# sketches to paintings



## Chevaux (Jun 27, 2012)

I absolutely love those sketches - I hope you keep your sketches after you've done a painting; framed and hanging on the wall they would stand on their own merits.


----------



## Chokolate (Nov 24, 2012)

FIVE-minute SKETCHES???


----------



## tinyliny (Oct 31, 2009)

Yes. They take 5 minutes each, sometimes less. it is all about the immediacy. The problem is when I go to paint them, I lose that feeling. 
So here they are. 

First, Stella's filly Storm:


----------



## tinyliny (Oct 31, 2009)

then the others.

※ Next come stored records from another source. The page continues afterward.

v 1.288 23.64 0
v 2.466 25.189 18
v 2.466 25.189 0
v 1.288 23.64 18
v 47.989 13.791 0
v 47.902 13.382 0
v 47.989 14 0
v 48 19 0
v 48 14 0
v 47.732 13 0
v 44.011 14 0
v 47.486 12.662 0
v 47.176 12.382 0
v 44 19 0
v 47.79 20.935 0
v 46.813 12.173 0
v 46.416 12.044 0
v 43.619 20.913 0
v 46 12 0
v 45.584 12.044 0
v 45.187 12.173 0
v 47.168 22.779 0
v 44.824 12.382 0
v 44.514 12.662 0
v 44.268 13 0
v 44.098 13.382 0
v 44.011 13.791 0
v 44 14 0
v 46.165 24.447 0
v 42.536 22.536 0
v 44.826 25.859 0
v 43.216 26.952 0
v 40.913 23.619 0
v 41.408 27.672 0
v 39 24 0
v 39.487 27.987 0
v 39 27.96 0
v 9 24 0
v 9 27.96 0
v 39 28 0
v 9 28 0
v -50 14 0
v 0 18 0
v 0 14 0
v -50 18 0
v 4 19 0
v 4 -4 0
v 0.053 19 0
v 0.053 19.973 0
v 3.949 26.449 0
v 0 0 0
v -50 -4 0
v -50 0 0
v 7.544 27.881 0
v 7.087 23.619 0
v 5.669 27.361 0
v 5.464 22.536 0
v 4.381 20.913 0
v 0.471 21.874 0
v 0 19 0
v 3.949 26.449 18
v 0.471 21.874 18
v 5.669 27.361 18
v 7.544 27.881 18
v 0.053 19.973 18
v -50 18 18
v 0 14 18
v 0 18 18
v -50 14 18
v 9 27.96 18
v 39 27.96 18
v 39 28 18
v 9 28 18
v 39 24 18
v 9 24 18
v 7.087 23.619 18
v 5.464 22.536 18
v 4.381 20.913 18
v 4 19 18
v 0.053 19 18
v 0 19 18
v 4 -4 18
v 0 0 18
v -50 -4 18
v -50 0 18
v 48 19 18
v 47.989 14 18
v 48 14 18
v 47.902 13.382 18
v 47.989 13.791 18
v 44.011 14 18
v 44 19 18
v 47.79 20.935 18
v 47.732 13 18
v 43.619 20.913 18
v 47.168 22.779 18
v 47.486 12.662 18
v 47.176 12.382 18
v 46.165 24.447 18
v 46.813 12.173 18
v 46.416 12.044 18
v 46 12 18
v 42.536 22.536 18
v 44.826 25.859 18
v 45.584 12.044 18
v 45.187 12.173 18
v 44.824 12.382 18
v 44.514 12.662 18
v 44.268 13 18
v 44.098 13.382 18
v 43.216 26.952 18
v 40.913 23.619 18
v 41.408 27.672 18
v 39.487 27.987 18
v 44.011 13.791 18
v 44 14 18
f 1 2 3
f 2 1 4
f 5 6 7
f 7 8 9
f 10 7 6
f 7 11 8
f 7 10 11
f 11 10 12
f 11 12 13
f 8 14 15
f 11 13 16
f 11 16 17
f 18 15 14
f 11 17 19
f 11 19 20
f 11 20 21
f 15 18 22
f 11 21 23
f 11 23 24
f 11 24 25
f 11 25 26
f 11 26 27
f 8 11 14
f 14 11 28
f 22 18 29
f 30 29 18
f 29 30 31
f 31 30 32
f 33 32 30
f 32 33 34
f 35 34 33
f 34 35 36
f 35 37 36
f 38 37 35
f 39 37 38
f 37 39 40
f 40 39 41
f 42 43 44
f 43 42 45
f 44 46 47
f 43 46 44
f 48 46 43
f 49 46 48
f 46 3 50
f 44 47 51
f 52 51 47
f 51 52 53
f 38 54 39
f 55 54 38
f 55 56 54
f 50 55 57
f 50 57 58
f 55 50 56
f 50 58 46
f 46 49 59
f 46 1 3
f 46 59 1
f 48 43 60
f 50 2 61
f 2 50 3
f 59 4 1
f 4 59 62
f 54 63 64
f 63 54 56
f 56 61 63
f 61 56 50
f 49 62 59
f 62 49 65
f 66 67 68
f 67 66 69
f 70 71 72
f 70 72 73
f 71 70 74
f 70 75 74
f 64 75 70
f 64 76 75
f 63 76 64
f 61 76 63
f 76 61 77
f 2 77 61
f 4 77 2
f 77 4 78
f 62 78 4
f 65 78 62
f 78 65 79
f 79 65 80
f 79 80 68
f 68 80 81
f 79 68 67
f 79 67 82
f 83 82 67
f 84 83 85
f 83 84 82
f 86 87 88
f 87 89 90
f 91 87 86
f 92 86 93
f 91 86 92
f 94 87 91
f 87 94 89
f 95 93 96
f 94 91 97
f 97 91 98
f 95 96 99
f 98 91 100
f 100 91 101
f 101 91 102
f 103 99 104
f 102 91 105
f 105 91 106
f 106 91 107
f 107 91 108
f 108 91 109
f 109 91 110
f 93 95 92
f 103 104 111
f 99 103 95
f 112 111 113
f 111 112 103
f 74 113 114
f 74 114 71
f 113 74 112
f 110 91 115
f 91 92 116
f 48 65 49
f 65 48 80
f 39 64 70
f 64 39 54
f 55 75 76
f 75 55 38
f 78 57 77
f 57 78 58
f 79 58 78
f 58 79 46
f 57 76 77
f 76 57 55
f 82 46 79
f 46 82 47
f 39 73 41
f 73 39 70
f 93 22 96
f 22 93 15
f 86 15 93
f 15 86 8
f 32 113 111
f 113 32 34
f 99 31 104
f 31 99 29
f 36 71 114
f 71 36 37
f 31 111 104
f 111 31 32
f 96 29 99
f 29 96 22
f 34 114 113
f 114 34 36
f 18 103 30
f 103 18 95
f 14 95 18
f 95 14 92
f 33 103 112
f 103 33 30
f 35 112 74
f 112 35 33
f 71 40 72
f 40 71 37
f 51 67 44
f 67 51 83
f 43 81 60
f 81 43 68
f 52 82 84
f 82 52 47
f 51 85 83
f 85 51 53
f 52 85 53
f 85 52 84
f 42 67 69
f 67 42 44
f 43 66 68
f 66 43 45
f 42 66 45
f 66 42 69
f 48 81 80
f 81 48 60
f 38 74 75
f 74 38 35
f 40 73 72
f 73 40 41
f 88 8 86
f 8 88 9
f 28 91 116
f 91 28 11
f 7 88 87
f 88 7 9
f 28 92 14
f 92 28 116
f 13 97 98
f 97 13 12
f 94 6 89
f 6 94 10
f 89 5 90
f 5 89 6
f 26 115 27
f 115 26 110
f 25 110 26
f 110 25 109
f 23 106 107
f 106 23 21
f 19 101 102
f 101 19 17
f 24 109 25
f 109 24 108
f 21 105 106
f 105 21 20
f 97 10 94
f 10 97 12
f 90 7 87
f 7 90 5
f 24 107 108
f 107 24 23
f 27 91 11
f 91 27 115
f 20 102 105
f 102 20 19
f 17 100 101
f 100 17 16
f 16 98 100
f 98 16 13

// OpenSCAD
// the thickness of the lines as as seen from above (don't recommend much more than 6 or the geometry gets messy)
thickness = 4;

// how high it will protrude from the build plate
width = 18;

// the length of the part that goes onto the shelf
length = 50;

// the shelf thickness
shelf = 18;

// how far it goes down below the bottom of the shelf (should be at least equal to thickness
hang = 5;

// diameter of hook bends
gap = 10;

// vertical part above the hook to prevent slipping off
tip = 5;

// width of the trough of the hook (wide U - positive number vs. semi-circle, 0)
trough = 30;

module hook() {
  union() {
    // the part above the shelf
    translate([-length, 0, 0])
    cube([length, width, thickness]);

	 // the part below the shelf
    translate([-length, 0, -shelf])
	 cube([length, width, thickness]);

    // the part that goes down to the hook
    translate([0, 0, -shelf-hang+thickness])
    cube([thickness, width, hang+shelf]);

    // the first round part of the hook
    difference() {
      // a big cylinder
      translate([thickness+gap/2, 0, -shelf-hang+thickness])
      rotate([270, 0, 0])
      cylinder(h=width, d=gap+2*thickness);

      // minus a smaller cylinder
      translate([gap/2+thickness, -.1, -shelf-hang+thickness])
      rotate([270, 0, 0])
      cylinder(h=width+.2, d=gap);

      // minus a cube to turn it into a semicircle
      translate([thickness, -.1, -shelf-hang+thickness])
      cube([gap+(2*thickness)+.1, width+.2, gap+2*thickness]);

		// minus another cube to turn it into a quarter circle
		translate([gap/2+thickness, -0.1, -shelf-hang-gap/2-thickness])
		cube([gap+2*thickness, width+thickness, gap+2*thickness]);
    }



    // the second round part of the hook
    
    difference() {
      // a big cylinder
      translate([trough+thickness+gap/2, 0, -shelf-hang+thickness])
      rotate([270, 0, 0])
      cylinder(h=width, d=gap+2*thickness);

      // minus a smaller cylinder
      translate([gap/2+thickness+trough, -.1, -shelf-hang+thickness])
      rotate([270, 0, 0])
      cylinder(h=width+.2, d=gap);

      // minus a cube to turn it into a semicircle
      translate([trough, -.1, -shelf-hang+thickness])
      cube([gap+(2*thickness), width+.2, gap+(2*thickness)]);

		// minus another cube to turn it into a quarter circle
		translate([trough-gap/2+thickness, -0.1, -shelf-hang-gap+thickness])
		cube([gap, width+.2, gap+2*thickness]);
    }

	 // add a bar between the two curves
	 translate([gap/2+thickness,0,-shelf-hang-gap/2])
	 cube([trough,width,thickness]);

    // add a vertical tip above the hook
    translate([thickness+gap+trough, 0, -shelf-hang+thickness])
    cube([thickness, width, tip]);

    // add a rounded tip to the hook
    translate([thickness*1.5+gap+trough, width, -shelf-hang+tip+thickness])
	 rotate([90,90,0])
    cylinder(h=width, r=thickness/2, $fs=.1);
  }
}

// comment out the rotate below before making changes to above, 
// for sanity sake
rotate([90, 0, 0])
hook();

These are taken from Lonestar's thread about their babies.


----------



## tinyliny (Oct 31, 2009)

lastly, another view of Storm, and a shot from another foal thread, got them all off the Horse Pictures forum.


----------



## LoveTheSaddlebreds (Jul 9, 2009)

Are these watercolor or ink wash?


----------



## tinyliny (Oct 31, 2009)

the are inkwash, except the colored one, which is outlined in ink, and colored with watercolor pencils.


----------



## equiniphile (Aug 16, 2009)

Caroline, those are fantastic!


----------



## tinyliny (Oct 31, 2009)

this is the best one, IMO:


----------



## Josh (Jan 19, 2012)

Got anymore? Looking for kind of a over the shoulder looking away sketch for a tattoo. Got everything else pretty much figured out but the horse piece.


----------



## Muppetgirl (Sep 16, 2012)

tinyliny said:


> this is the best one, IMO:


That is the best one I think too.....you didn't lose the immediacy nor did it 'freeze' on you....I like it. Have you tried using Sellenier inks? They're a calligraphy ink and it has a shellac in it that adds a glow like nothing else and it washes like watercolor.....fantastic stuff!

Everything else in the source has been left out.